### DATA EXTRACTS
===

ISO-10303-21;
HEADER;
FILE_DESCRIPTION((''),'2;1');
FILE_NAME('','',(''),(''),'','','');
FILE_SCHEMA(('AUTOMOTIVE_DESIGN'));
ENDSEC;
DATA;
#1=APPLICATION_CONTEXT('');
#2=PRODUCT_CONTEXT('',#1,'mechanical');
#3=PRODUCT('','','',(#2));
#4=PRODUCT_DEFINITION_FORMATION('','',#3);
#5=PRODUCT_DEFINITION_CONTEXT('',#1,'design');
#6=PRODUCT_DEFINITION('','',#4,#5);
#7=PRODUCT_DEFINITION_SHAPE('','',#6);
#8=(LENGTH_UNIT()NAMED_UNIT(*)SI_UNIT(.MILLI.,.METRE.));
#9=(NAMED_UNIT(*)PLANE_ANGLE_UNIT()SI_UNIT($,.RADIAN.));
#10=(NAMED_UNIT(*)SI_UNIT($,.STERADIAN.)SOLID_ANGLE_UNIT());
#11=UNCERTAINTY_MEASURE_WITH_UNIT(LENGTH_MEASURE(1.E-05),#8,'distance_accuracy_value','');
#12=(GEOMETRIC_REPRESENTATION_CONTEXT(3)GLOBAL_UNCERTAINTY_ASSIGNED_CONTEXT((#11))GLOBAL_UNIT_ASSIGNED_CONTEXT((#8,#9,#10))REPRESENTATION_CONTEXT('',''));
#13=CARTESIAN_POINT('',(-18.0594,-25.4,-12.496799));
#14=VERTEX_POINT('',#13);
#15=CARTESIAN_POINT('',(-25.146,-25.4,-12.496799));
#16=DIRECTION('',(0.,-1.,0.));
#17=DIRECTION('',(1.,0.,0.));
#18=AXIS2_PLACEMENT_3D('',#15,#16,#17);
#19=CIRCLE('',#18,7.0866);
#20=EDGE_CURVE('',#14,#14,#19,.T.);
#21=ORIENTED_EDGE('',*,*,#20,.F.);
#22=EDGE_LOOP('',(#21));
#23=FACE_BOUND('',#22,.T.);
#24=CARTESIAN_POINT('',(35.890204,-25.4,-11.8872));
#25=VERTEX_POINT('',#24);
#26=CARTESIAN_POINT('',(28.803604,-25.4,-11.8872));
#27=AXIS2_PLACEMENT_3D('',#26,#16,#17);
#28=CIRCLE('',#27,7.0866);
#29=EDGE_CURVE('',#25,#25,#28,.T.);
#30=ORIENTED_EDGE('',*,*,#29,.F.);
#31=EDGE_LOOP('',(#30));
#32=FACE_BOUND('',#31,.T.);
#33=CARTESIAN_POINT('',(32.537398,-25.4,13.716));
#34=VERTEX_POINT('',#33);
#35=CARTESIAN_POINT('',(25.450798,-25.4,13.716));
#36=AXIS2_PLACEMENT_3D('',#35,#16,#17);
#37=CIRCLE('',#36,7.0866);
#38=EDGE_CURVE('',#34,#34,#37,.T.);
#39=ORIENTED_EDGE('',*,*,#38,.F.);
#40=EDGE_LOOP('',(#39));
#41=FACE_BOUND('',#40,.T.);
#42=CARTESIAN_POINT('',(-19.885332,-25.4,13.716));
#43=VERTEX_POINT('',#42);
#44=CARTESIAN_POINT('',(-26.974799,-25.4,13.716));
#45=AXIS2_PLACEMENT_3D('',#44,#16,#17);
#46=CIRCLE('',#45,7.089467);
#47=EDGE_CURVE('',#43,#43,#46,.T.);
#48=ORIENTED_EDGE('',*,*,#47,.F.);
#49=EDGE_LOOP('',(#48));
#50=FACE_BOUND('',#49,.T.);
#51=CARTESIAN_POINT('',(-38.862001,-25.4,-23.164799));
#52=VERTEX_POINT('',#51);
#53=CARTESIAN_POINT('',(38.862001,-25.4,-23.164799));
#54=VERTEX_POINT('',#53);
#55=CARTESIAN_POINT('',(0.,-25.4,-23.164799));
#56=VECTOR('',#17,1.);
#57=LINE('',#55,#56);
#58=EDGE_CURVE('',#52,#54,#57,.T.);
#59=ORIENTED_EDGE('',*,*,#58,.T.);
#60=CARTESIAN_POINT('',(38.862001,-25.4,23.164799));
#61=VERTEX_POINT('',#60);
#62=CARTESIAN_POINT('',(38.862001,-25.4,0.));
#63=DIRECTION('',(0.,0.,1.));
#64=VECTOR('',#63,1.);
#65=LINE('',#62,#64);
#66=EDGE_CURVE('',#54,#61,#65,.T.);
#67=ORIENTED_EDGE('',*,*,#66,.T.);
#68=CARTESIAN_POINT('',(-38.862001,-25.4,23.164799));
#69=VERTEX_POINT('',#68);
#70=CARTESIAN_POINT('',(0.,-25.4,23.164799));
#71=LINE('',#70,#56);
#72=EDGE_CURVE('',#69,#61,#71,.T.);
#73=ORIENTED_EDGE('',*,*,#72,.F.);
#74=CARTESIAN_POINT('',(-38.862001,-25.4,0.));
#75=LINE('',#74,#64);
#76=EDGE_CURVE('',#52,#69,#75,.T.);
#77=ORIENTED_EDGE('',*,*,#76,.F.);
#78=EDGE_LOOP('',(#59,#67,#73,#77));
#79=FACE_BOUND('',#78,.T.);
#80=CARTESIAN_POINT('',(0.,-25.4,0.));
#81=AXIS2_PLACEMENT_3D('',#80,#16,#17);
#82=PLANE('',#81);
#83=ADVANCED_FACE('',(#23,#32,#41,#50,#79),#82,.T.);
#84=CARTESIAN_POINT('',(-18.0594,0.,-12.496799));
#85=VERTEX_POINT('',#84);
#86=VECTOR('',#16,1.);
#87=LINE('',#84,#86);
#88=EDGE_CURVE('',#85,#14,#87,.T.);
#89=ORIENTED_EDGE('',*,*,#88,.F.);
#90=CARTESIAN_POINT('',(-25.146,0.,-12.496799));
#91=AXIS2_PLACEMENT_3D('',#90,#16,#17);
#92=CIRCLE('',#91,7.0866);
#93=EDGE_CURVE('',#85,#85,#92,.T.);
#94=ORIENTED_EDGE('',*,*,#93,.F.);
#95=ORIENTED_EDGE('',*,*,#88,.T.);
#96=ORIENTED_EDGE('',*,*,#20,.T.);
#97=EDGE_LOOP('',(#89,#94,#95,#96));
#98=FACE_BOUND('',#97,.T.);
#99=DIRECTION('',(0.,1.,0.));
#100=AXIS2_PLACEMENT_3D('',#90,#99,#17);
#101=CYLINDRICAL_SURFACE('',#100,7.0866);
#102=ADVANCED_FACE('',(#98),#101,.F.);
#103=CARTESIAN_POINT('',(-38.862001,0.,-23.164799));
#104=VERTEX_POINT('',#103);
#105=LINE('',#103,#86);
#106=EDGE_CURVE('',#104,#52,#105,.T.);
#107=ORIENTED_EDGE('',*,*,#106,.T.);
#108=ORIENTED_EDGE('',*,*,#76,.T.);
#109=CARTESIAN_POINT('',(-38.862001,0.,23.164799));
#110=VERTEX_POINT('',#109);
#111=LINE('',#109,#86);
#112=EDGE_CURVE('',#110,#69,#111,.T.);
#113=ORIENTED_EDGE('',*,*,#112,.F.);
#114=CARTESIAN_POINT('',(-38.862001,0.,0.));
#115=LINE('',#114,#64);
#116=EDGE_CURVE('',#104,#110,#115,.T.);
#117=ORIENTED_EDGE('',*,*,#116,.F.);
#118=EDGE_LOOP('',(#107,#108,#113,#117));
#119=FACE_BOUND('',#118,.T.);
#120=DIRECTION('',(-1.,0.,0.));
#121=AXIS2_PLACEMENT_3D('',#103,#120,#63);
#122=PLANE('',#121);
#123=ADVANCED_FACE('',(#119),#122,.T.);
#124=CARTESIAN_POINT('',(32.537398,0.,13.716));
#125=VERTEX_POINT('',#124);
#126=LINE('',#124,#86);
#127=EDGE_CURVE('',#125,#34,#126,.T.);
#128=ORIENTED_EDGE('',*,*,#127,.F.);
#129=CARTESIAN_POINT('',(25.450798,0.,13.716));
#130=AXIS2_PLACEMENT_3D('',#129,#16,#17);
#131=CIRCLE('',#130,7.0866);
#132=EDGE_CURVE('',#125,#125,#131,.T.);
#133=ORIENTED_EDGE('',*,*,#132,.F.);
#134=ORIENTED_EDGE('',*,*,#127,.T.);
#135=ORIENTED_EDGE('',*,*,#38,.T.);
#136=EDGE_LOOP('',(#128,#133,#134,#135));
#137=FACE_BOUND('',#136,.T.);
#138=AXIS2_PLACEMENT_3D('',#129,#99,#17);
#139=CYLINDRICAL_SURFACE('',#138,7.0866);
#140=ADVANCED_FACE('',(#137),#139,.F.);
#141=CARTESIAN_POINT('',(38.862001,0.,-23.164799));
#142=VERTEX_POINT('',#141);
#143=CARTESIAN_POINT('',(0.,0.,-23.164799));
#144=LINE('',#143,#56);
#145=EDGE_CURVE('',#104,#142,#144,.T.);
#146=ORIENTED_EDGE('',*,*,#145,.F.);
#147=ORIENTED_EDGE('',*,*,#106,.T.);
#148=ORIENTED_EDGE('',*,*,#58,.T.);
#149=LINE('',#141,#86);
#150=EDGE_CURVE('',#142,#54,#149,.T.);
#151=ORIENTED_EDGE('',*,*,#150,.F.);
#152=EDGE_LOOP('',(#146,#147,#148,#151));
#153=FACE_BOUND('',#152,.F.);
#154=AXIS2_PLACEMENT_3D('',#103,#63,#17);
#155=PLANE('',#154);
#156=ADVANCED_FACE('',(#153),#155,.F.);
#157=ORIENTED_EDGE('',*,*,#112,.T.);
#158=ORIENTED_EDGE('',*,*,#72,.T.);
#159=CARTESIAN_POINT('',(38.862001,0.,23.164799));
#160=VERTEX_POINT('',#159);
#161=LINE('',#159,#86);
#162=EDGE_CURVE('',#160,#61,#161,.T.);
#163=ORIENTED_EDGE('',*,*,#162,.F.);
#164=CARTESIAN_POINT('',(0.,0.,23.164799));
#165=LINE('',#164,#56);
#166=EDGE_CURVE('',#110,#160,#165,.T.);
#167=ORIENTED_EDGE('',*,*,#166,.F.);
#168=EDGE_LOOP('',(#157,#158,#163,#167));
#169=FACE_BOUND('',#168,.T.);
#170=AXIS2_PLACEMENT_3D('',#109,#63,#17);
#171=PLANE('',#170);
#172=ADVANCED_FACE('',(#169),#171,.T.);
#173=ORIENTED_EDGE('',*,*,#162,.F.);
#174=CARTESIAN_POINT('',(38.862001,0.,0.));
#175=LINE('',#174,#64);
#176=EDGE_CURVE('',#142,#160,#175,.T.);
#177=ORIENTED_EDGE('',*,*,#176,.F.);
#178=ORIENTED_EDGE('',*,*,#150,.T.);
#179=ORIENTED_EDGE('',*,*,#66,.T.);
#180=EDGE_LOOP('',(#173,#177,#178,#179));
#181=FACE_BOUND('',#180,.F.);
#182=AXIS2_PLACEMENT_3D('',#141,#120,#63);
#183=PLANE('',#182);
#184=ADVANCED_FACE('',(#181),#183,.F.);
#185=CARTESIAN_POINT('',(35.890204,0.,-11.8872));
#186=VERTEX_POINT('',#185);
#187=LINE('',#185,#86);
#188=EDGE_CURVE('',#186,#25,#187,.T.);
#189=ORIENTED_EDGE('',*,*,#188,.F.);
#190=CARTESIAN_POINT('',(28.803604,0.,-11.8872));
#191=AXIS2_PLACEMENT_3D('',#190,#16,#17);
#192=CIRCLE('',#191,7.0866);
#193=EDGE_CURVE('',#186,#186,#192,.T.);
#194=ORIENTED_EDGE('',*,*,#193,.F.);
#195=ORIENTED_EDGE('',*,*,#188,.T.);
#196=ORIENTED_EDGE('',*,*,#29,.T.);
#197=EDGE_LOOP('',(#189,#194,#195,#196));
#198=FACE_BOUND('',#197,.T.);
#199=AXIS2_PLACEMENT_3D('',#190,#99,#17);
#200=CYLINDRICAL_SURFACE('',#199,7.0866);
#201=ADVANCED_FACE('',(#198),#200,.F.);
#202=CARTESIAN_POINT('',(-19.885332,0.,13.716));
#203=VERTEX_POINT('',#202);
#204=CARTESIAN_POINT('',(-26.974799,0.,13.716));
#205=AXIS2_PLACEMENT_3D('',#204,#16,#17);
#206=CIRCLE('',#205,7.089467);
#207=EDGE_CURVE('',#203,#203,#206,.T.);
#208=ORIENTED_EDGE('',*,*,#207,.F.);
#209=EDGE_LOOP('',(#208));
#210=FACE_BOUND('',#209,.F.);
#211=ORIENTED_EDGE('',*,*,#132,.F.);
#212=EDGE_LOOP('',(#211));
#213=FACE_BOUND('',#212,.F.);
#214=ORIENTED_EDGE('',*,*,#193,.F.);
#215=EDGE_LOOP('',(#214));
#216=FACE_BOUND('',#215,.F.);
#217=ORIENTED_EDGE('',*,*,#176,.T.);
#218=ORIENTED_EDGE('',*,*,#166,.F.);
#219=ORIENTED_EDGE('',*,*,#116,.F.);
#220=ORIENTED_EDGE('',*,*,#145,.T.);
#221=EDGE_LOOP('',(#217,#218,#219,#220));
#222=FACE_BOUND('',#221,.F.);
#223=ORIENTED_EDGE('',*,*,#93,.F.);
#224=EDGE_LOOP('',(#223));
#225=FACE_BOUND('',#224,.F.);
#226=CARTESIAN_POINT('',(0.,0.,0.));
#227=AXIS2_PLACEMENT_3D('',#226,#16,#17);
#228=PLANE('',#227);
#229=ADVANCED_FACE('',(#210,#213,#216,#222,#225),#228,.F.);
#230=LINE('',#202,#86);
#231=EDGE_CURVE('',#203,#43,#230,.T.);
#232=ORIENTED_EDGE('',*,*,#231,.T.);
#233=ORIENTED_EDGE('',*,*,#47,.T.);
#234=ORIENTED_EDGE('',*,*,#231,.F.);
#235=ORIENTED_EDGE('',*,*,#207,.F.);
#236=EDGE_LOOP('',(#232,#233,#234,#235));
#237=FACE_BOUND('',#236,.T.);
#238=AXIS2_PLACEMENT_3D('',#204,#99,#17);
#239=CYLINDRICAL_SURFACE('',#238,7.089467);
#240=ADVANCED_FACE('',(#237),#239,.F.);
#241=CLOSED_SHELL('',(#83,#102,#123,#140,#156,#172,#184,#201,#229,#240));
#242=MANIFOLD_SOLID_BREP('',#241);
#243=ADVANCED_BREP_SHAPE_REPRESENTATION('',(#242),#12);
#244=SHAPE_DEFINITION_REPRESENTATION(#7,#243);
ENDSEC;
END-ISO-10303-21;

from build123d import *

# Parameters (mm, degrees)
F0_W     = 77.724002
F0_H     = 46.329598
F0_R     = 7.0866
F0_R_2   = 7.089467
F1_DEPTH = 25.4


with BuildPart() as f1:
    # F0 (on Front) → F1 (new body)
    with BuildSketch(Plane.XZ):
        Rectangle(F0_W, F0_H)
        with Locations((-25.146, -12.496799)):
            Circle(F0_R, mode=Mode.SUBTRACT)
        with Locations((28.803604, -11.8872)):
            Circle(F0_R, mode=Mode.SUBTRACT)
        with Locations((-26.974799, 13.716)):
            Circle(F0_R_2, mode=Mode.SUBTRACT)
        with Locations((25.450798, 13.716)):
            Circle(F0_R, mode=Mode.SUBTRACT)
    extrude(amount=F1_DEPTH)


solid = f1.part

===

### PROBLEM TO WORK ON
Quote every line from the beginning of the entries up to and including the line that contains "#5=PRODUCT_DEFINITION_CONTEXT('',#1,'design');".

### TASK OUTPUT
ISO-10303-21;
HEADER;
FILE_DESCRIPTION((''),'2;1');
FILE_NAME('','',(''),(''),'','','');
FILE_SCHEMA(('AUTOMOTIVE_DESIGN'));
ENDSEC;
DATA;
#1=APPLICATION_CONTEXT('');
#2=PRODUCT_CONTEXT('',#1,'mechanical');
#3=PRODUCT('','','',(#2));
#4=PRODUCT_DEFINITION_FORMATION('','',#3);
#5=PRODUCT_DEFINITION_CONTEXT('',#1,'design');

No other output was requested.